> **RECORDS SHOWN**
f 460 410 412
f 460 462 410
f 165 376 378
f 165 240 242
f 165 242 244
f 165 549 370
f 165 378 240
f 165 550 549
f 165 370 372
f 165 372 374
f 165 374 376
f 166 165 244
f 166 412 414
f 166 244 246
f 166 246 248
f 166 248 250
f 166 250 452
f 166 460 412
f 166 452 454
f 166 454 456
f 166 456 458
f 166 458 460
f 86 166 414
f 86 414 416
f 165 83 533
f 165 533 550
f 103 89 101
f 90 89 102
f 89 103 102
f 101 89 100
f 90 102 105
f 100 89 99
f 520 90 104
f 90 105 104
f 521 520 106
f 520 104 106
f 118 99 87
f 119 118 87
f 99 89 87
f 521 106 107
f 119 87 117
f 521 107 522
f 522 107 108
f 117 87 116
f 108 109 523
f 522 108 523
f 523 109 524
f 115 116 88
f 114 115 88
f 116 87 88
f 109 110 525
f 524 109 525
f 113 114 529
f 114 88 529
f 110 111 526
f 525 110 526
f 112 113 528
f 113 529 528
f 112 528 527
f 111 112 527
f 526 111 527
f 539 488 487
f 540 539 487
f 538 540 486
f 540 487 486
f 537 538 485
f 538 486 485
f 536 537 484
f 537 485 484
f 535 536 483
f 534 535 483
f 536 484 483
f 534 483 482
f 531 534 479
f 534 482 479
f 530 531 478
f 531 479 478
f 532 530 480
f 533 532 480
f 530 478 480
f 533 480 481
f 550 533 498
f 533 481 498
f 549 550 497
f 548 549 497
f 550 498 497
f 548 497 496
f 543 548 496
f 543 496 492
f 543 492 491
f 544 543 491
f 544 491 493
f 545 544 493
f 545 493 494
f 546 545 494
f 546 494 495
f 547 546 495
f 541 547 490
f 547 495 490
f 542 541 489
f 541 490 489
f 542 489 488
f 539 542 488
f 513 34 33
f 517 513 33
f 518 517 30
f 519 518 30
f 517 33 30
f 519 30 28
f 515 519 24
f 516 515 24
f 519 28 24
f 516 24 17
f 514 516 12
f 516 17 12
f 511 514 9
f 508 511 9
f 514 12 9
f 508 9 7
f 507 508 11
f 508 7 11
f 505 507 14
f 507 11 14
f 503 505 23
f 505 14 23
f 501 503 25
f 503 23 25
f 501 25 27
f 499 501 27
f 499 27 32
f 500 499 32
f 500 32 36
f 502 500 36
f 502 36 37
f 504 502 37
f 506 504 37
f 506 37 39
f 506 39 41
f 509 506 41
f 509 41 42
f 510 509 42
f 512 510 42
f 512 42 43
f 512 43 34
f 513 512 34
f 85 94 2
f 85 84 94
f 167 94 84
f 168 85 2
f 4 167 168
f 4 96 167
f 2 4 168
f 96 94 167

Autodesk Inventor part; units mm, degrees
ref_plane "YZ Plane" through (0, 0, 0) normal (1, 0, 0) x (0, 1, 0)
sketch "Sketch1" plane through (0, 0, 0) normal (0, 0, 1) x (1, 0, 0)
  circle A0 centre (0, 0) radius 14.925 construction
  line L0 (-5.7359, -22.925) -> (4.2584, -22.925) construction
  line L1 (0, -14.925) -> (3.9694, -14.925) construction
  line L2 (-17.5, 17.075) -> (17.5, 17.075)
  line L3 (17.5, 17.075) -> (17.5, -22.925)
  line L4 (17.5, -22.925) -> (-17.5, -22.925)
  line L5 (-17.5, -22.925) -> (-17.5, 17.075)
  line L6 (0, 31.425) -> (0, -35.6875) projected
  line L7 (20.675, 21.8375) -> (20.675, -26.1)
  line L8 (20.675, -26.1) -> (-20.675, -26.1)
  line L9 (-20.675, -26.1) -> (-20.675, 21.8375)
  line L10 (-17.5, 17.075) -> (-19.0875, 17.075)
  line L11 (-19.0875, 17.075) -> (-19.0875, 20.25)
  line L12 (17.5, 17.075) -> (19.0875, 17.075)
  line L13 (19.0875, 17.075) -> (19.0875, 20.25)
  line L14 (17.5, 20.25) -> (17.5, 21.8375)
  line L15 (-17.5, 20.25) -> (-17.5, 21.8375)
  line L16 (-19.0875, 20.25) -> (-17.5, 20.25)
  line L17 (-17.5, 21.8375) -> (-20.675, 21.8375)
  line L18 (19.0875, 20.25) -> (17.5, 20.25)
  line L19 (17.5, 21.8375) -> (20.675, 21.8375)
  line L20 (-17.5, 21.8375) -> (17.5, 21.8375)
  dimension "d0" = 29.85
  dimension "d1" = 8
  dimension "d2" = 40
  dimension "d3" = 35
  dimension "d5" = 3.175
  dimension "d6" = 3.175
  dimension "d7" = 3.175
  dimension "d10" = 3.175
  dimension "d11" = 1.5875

> **WORK TO COMPLETE**
The expected output is the exact run of lines from the line with "line L12 (17.5, 17.075)" through the last line of the material above.

> **EXPECTED OUTPUT**
  line L12 (17.5, 17.075) -> (19.0875, 17.075)
  line L13 (19.0875, 17.075) -> (19.0875, 20.25)
  line L14 (17.5, 20.25) -> (17.5, 21.8375)
  line L15 (-17.5, 20.25) -> (-17.5, 21.8375)
  line L16 (-19.0875, 20.25) -> (-17.5, 20.25)
  line L17 (-17.5, 21.8375) -> (-20.675, 21.8375)
  line L18 (19.0875, 20.25) -> (17.5, 20.25)
  line L19 (17.5, 21.8375) -> (20.675, 21.8375)
  line L20 (-17.5, 21.8375) -> (17.5, 21.8375)
  dimension "d0" = 29.85
  dimension "d1" = 8
  dimension "d2" = 40
  dimension "d3" = 35
  dimension "d5" = 3.175
  dimension "d6" = 3.175
  dimension "d7" = 3.175
  dimension "d10" = 3.175
  dimension "d11" = 1.5875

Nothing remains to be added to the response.